To do:
Beneath this line are the data; copy exactly the part of them that opens with the line containing "fillet(fillet1_edges, radius=FILLET1_R)" and closes with the line containing "The same part", and only that part.

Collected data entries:
--------------------

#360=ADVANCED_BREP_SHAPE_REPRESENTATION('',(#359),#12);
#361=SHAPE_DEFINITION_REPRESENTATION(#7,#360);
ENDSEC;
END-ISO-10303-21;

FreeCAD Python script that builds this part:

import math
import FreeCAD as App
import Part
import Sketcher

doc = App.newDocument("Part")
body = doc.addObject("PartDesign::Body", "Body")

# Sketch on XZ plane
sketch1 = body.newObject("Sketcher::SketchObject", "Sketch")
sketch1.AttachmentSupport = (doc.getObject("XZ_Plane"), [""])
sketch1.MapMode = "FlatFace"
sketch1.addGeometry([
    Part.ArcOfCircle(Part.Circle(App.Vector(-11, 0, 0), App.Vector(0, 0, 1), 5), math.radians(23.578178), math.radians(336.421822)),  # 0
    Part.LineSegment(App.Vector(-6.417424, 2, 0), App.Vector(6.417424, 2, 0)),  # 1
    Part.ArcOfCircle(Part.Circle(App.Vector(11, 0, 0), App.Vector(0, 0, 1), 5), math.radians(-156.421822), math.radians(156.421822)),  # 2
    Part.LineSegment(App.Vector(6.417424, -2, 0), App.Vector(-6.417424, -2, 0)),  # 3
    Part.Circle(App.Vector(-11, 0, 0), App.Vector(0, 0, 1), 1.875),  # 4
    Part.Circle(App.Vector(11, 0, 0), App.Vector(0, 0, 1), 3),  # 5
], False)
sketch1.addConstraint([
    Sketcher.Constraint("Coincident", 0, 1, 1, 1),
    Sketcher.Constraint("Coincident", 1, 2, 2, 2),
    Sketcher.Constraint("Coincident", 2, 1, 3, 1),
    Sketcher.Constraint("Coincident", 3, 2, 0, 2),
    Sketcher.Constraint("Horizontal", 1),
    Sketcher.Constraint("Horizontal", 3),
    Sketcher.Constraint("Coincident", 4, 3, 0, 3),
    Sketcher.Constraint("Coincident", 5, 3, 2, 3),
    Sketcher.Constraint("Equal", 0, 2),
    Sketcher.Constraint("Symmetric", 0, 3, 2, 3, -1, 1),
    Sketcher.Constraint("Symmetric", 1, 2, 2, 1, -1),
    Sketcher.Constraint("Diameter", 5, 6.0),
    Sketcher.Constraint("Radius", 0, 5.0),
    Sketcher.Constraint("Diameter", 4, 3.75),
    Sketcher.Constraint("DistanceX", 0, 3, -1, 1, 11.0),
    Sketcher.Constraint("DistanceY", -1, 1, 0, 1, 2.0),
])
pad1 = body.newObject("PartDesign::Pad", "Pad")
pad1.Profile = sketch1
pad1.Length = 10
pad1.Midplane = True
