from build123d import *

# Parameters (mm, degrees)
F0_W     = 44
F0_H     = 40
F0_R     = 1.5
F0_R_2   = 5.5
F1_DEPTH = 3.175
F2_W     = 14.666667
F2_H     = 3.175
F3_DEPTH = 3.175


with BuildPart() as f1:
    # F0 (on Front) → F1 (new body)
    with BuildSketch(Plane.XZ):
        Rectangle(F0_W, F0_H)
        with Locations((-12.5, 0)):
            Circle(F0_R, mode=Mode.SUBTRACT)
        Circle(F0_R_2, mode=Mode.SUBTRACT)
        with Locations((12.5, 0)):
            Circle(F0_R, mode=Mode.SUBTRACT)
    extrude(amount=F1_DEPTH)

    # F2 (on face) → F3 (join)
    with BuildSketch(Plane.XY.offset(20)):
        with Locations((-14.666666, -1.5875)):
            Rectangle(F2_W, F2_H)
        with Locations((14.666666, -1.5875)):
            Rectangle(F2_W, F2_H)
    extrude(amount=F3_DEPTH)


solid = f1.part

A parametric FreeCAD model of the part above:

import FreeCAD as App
import Part
import Sketcher

V = App.Vector
Q = App.Units.Quantity


def add_polygon(sketch, points):
    """Adds a closed chain of lines whose ends are joined by coincident constraints."""
    first, n = sketch.GeometryCount, len(points)
    for a, b in zip(points, points[1:] + points[:1]):
        sketch.addGeometry(Part.LineSegment(App.Vector(*a, 0), App.Vector(*b, 0)), False)
    for i in range(n):
        sketch.addConstraint(Sketcher.Constraint("Coincident", first + i, 2, first + (i + 1) % n, 1))

doc = App.newDocument("Part")
body = doc.addObject("PartDesign::Body", "Body")

sketch1 = body.newObject("Sketcher::SketchObject", "Sketch")
sketch1.AttachmentSupport = (doc.getObject("XZ_Plane"), [""])
sketch1.MapMode = "FlatFace"
add_polygon(sketch1, [(-22, 20), (-22, -20), (22, -20), (22, 20)])
sketch1.addGeometry(Part.Circle(V(-12.5, 0, 0), V(0, 0, 1), 1.5), False)
sketch1.addGeometry(Part.Circle(V(0, 0, 0), V(0, 0, 1), 5.5), False)
sketch1.addGeometry(Part.Circle(V(12.5, 0, 0), V(0, 0, 1), 1.5), False)
sketch1.addConstraint(Sketcher.Constraint("Vertical", 0))
sketch1.addConstraint(Sketcher.Constraint("Horizontal", 1))
sketch1.addConstraint(Sketcher.Constraint("Vertical", 2))
sketch1.addConstraint(Sketcher.Constraint("Horizontal", 3))
sketch1.addConstraint(Sketcher.Constraint("Coincident", 5, 3, -1, 1))
sketch1.addConstraint(Sketcher.Constraint("Equal", 4, 6))
sketch1.addConstraint(Sketcher.Constraint("Symmetric", 4, 3, 6, 3, -1, 1))
sketch1.addConstraint(Sketcher.Constraint("Symmetric", 0, 2, 2, 2, -1, 1))
sketch1.addConstraint(Sketcher.Constraint("PointOnObject", 4, 3, -1))
sketch1.addConstraint(Sketcher.Constraint("Diameter", 4, Q("3 mm")))
sketch1.addConstraint(Sketcher.Constraint("Diameter", 5, Q("11 mm")))
sketch1.addConstraint(Sketcher.Constraint("DistanceX", 1, 1, 1, 2, Q("44 mm")))
sketch1.addConstraint(Sketcher.Constraint("DistanceY", 0, 2, 0, 1, Q("40 mm")))
sketch1.addConstraint(Sketcher.Constraint("DistanceX", 4, 3, 6, 3, Q("25 mm")))
pad1 = body.newObject("PartDesign::Pad", "Pad")
pad1.Profile = sketch1
pad1.Length = 3.175

sketch2 = body.newObject("Sketcher::SketchObject", "Sketch001")
sketch2.AttachmentSupport = (doc.getObject("XY_Plane"), [""])
sketch2.MapMode = "FlatFace"
sketch2.AttachmentOffset = App.Placement(V(0, 0, 20), App.Rotation())
add_polygon(sketch2, [(-22, 0), (-22, -3.2), (-7.3, -3.2), (-7.3, 0)])
add_polygon(sketch2, [(7.3, 0), (7.3, -3.2), (22, -3.2), (22, 0)])
sketch2.addConstraint(Sketcher.Constraint("Vertical", 0))
sketch2.addConstraint(Sketcher.Constraint("Horizontal", 1))
sketch2.addConstraint(Sketcher.Constraint("Vertical", 2))
sketch2.addConstraint(Sketcher.Constraint("Horizontal", 3))
sketch2.addConstraint(Sketcher.Constraint("Vertical", 4))
sketch2.addConstraint(Sketcher.Constraint("Horizontal", 5))
sketch2.addConstraint(Sketcher.Constraint("Vertical", 6))
sketch2.addConstraint(Sketcher.Constraint("Horizontal", 7))
sketch2.addConstraint(Sketcher.Constraint("Symmetric", 3, 2, 6, 2, -1, 1))
sketch2.addConstraint(Sketcher.Constraint("Symmetric", 1, 2, 4, 2, -2))
sketch2.addConstraint(Sketcher.Constraint("PointOnObject", 2, 2, -1))
sketch2.addConstraint(Sketcher.Constraint("DistanceX", 0, 2, -1, 1, Q("22 mm")))
sketch2.addConstraint(Sketcher.Constraint("DistanceY", 0, 2, 0, 1, Q("3.175 mm")))
sketch2.addConstraint(Sketcher.Constraint("DistanceX", 1, 1, 1, 2, Q("14.666667 mm")))
pad2 = body.newObject("PartDesign::Pad", "Pad001")
pad2.Profile = sketch2
pad2.Length = 3.175

doc.recompute()
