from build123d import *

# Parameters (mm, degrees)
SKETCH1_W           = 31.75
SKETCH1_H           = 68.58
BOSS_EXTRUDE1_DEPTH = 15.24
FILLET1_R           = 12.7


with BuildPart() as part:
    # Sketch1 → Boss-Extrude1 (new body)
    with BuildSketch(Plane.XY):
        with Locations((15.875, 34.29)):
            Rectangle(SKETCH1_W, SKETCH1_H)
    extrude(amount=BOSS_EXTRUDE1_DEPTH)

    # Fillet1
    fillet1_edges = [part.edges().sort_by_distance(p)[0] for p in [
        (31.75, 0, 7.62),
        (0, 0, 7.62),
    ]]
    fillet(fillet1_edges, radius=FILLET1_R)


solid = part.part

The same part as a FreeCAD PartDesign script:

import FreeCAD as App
import Part
import Sketcher

V = App.Vector
Q = App.Units.Quantity


def edges_at(feature, points):
    """Names of the edges that pass closest to the given points."""
    edges = feature.Shape.Edges
    near = lambda p: min(range(len(edges)), key=lambda i: edges[i].distToShape(Part.Vertex(*p))[0])
    return sorted({f"Edge{near(p) + 1}" for p in points})

doc = App.newDocument("Part")
body = doc.addObject("PartDesign::Body", "Body")

# Sketch on XY plane
sketch1 = doc.addObject("Sketcher::SketchObject", "Sketch")
body.addObject(sketch1)
sketch1.AttachmentSupport = (doc.XY_Plane, [""])
sketch1.MapMode = "FlatFace"
sketch1.addGeometry(Part.LineSegment(V(0, 68.58, 0), V(0, 0, 0)), False)
sketch1.addGeometry(Part.LineSegment(V(0, 0, 0), V(31.75, 0, 0)), False)
sketch1.addGeometry(Part.LineSegment(V(31.75, 0, 0), V(31.75, 68.58, 0)), False)
sketch1.addGeometry(Part.LineSegment(V(31.75, 68.58, 0), V(0, 68.58, 0)), False)
sketch1.addConstraint(Sketcher.Constraint("Coincident", 0, 2, 1, 1))
sketch1.addConstraint(Sketcher.Constraint("Coincident", 1, 2, 2, 1))
sketch1.addConstraint(Sketcher.Constraint("Coincident", 2, 2, 3, 1))
sketch1.addConstraint(Sketcher.Constraint("Coincident", 3, 2, 0, 1))
sketch1.addConstraint(Sketcher.Constraint("Vertical", 0))
sketch1.addConstraint(Sketcher.Constraint("Horizontal", 1))
sketch1.addConstraint(Sketcher.Constraint("Vertical", 2))
sketch1.addConstraint(Sketcher.Constraint("Horizontal", 3))
sketch1.addConstraint(Sketcher.Constraint("Coincident", 0, 2, -1, 1))
sketch1.addConstraint(Sketcher.Constraint("DistanceY", 0, 2, 0, 1, Q("2.7 in")))
sketch1.addConstraint(Sketcher.Constraint("DistanceX", 1, 1, 1, 2, Q("1.25 in")))
pad1 = doc.addObject("PartDesign::Pad", "Pad")
body.addObject(pad1)
pad1.Profile = sketch1
pad1.Length = Q("0.6 in")
doc.recompute()

fillet = doc.addObject("PartDesign::Fillet", "Fillet")
body.addObject(fillet)
fillet.Base = (pad1, edges_at(pad1, [(31.75, 0, 7.62), (0, 0, 7.62)]))
fillet.Radius = Q("0.5 in")

doc.recompute()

--------------------

Task response:
    fillet(fillet1_edges, radius=FILLET1_R)


solid = part.part

The same part as a FreeCAD PartDesign script:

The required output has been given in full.